Author : sharjeelsayed
Score : 163 points
Date : 2021-08-27 15:56 UTC (7 hours ago)
(HTM) web link (www.bleepingcomputer.com)
(TXT) w3m dump (www.bleepingcomputer.com)
| donmcronald wrote:
| > For greater transparency going forward, if we make a change to
| an existing internal SSD, we commit to introducing a new model
| number whenever any related published specifications are
| impacted.
|
| I'll believe that when it happens. IMO it's fraud and after the
| SMR debacle everyone at Western Digital should know it's not ok,
| but they still tried to sneak it by everyone.
| bopbeepboop wrote:
| It's absolutely fraud, at scale and across state lines.
|
| They started selling product A, under a particular version
| number. They then substituted inferior product B _as the same
| version number_ , deceiving customers who were attempting to
| buy product A.
|
| They did this with what seems like explicit intent to trick
| customers attempting to buy product A into accepting the
| inferior product B.
|
| I think it speaks to the overt criminality of modern businesses
| that they did this.
|
| I hope we start seeing RICO and organized crime prosecutions
| against executives for this behavior.
| caconym_ wrote:
| +1
|
| I was wondering about the legality, since this seems to me to
| be bald-faced fraud and part of a consistent pattern at WD
| and other manufacturers. I guess the sticking point is
| proving that they _deliberately_ used faster components in
| earlier units to get good reviews?
|
| I'm sure they've been very careful to keep their
| conversations on this matter off the record. If only we had a
| government more interested in protecting its people from
| corporate malfeasance.
| kragen wrote:
| This kind of line-extension fraud is pretty common. Pyrex
| used to be a brand name for borosilicate glass, the kind you
| can safely heat to red heat on a Bunsen burner, and became
| popular for home baking dishes as well. At some point Corning
| started selling tempered soda-lime glass in the US as "Pyrex"
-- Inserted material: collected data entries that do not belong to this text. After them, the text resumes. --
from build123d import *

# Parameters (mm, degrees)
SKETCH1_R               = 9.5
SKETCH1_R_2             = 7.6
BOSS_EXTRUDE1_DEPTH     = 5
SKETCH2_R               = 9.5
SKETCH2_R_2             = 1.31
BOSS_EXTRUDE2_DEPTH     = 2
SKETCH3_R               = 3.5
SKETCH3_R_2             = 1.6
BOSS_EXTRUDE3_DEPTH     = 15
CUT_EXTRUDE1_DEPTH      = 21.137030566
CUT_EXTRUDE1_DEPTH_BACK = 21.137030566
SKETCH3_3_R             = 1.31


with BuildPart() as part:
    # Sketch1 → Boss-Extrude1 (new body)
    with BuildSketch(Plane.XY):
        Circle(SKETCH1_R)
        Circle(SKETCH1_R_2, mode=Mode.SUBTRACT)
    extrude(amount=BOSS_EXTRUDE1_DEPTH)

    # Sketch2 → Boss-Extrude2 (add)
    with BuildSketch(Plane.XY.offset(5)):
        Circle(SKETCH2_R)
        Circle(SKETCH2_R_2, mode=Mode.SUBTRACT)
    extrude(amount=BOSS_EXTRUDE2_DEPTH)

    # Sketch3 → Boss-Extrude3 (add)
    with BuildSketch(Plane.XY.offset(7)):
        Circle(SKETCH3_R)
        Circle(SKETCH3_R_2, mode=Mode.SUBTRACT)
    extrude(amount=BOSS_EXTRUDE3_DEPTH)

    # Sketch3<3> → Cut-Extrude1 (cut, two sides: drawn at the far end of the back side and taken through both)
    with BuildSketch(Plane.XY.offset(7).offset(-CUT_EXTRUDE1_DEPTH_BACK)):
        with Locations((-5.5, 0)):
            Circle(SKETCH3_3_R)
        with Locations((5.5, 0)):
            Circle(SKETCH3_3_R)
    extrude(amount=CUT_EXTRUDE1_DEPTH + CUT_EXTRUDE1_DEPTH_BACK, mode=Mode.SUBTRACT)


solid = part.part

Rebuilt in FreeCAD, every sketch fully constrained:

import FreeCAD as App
import Part
import Sketcher
Q = App.Units.Quantity

doc = App.newDocument("Part")
params = doc.addObject("Spreadsheet::Sheet", "Params")
for row, (alias, value) in enumerate([
    ("sketch1_diameter", "19 mm"),
    ("sketch1_diameter2", "15.2 mm"),
    ("pad1_length", "5 mm"),
    ("sketch2_diameter", "19 mm"),
    ("sketch2_diameter2", "2.62 mm"),
    ("pad2_length", "2 mm"),
    ("sketch3_diameter", "7 mm"),
    ("sketch3_diameter2", "3.2 mm"),
    ("pad3_length", "15 mm"),
    ("sketch4_diameter", "2.62 mm"),
], start=1):
    params.set(f"A{row}", alias)
    params.set(f"B{row}", "=" + value)
    params.setAlias(f"B{row}", alias)

body = doc.addObject("PartDesign::Body", "Body")

# Sketch on XY plane
sketch1 = body.newObject("Sketcher::SketchObject", "Sketch")
sketch1.AttachmentSupport = (doc.getObject("XY_Plane"), [""])
sketch1.MapMode = "FlatFace"
sketch1.addGeometry([
    Part.Circle(App.Vector(0, 0, 0), App.Vector(0, 0, 1), 10),
    Part.Circle(App.Vector(0, 0, 0), App.Vector(0, 0, 1), 8),
], False)
sketch1.addConstraint([
    Sketcher.Constraint("Coincident", 0, 3, -1, 1),
    Sketcher.Constraint("Coincident", 1, 3, -1, 1),
    Sketcher.Constraint("Diameter", 0, Q("19 mm")),
    Sketcher.Constraint("Diameter", 1, Q("15.2 mm")),
])
sketch1.setExpression("Constraints[2]", "Params.sketch1_diameter")
sketch1.setExpression("Constraints[3]", "Params.sketch1_diameter2")
pad1 = body.newObject("PartDesign::Pad", "Pad")
pad1.Profile = sketch1
pad1.setExpression("Length", "Params.pad1_length")

# Sketch on XY plane
sketch2 = body.newObject("Sketcher::SketchObject", "Sketch001")
sketch2.AttachmentSupport = (doc.getObject("XY_Plane"), [""])
sketch2.MapMode = "FlatFace"
sketch2.AttachmentOffset = App.Placement(App.Vector(0, 0, 5), App.Rotation())
sketch2.addGeometry([
    Part.Circle(App.Vector(0, 0, 0), App.Vector(0, 0, 1), 9.5),
    Part.Circle(App.Vector(0, 0, 0), App.Vector(0, 0, 1), 1.3),
], False)
sketch2.addConstraint([
    Sketcher.Constraint("Coincident", 0, 3, -1, 1),
    Sketcher.Constraint("Coincident", 1, 3, -1, 1),
    Sketcher.Constraint("Diameter", 0, Q("19 mm")),
    Sketcher.Constraint("Diameter", 1, Q("2.62 mm")),
])
sketch2.setExpression("Constraints[2]", "Params.sketch2_diameter")
sketch2.setExpression("Constraints[3]", "Params.sketch2_diameter2")
pad2 = body.newObject("PartDesign::Pad", "Pad001")
pad2.Profile = sketch2
pad2.setExpression("Length", "Params.pad2_length")

# Sketch on XY plane
sketch3 = body.newObject("Sketcher::SketchObject", "Sketch002")
sketch3.AttachmentSupport = (doc.getObject("XY_Plane"), [""])
sketch3.MapMode = "FlatFace"
sketch3.AttachmentOffset = App.Placement(App.Vector(0, 0, 7), App.Rotation())
sketch3.addGeometry([
    Part.Circle(App.Vector(0, 0, 0), App.Vector(0, 0, 1), 3.5),
    Part.Circle(App.Vector(0, 0, 0), App.Vector(0, 0, 1), 1.6),
], False)
sketch3.addConstraint([
    Sketcher.Constraint("Coincident", 0, 3, -1, 1),
    Sketcher.Constraint("Coincident", 1, 3, -1, 1),
    Sketcher.Constraint("Diameter", 0, Q("7 mm")),
    Sketcher.Constraint("Diameter", 1, Q("3.2 mm")),
])
sketch3.setExpression("Constraints[2]", "Params.sketch3_diameter")
sketch3.setExpression("Constraints[3]", "Params.sketch3_diameter2")
pad3 = body.newObject("PartDesign::Pad", "Pad002")
pad3.Profile = sketch3
pad3.setExpression("Length", "Params.pad3_length")

# Sketch on XY plane
sketch4 = body.newObject("Sketcher::SketchObject", "Sketch003")
sketch4.AttachmentSupport = (doc.getObject("XY_Plane"), [""])
sketch4.MapMode = "FlatFace"
sketch4.AttachmentOffset = App.Placement(App.Vector(0, 0, 7), App.Rotation())
sketch4.addGeometry([
    Part.Circle(App.Vector(-5.5, 0, 0), App.Vector(0, 0, 1), 1.3),
    Part.Circle(App.Vector(5.5, 0, 0), App.Vector(0, 0, 1), 1.3),
], False)
sketch4.addConstraint([
    Sketcher.Constraint("Equal", 0, 1),
    Sketcher.Constraint("Symmetric", 0, 3, 1, 3, -1, 1),
    Sketcher.Constraint("PointOnObject", 0, 3, -1),
    Sketcher.Constraint("Diameter", 0, Q("2.62 mm")),
    Sketcher.Constraint("DistanceX", 0, 3, 1, 3, Q("11 mm")),
])
sketch4.setExpression("Constraints[3]", "Params.sketch4_diameter")
pocket1 = body.newObject("PartDesign::Pocket", "Pocket")
pocket1.Profile = sketch4
pocket1.Type = "ThroughAll"
pocket1.Midplane = True

doc.recompute()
| as well, which can explode if subjected to thermal shock, a
| decision that causes several cooks per year to end up covered
| in turkey grease and glass shards. Saran was Dow's trademark
| for polyvinylidene chloride, a superior chemical protective
| layer, which became popular as a plastic wrap as a way to
| preserve food against evaporation and rancidification through
| oxygen ingress; now Dow sells Saran Wrap that contains no
| Saran, instead consisting of polyethylene, which permits
| literally a thousand times as much oxygen through. Similarly
| there are lines of Sudafed that contain no pseudoephedrine,
| Kaopectate that no longer contains kaolin or pectin (only in
| the US), and so on.
|
| In electronics, substituting inferior components after the
| initial launch of a product has become routine, and it isn't
| even always intentional fraud; the manufacturer may honestly
| believe the new, cheaper parts are equivalent to the original
| parts.
|
| I think you will see organized crime prosecutions against
| executives for this behavior, but only in PRC.
| sschueller wrote:
| They also surely didn't ship the slow units to the
| reviewers...
| theogravity wrote:
| Not surprised they'd hide it considering the WD Red CMR debacle
| where they didn't notify customers that they changed from CMR to
| SMR.
|
| https://news.ycombinator.com/item?id=22875094
| deckard1 wrote:
| last I checked they still make you hunt for the CMR/SMR info on
| their webpage by having to _match model numbers_. Talk about
| scummy. Not to mention they did this with their NAS lineup,
| which is like hitting a hornet nest with a stick.
|
| The other thing HDD manufacturers apparently lie about is RPM.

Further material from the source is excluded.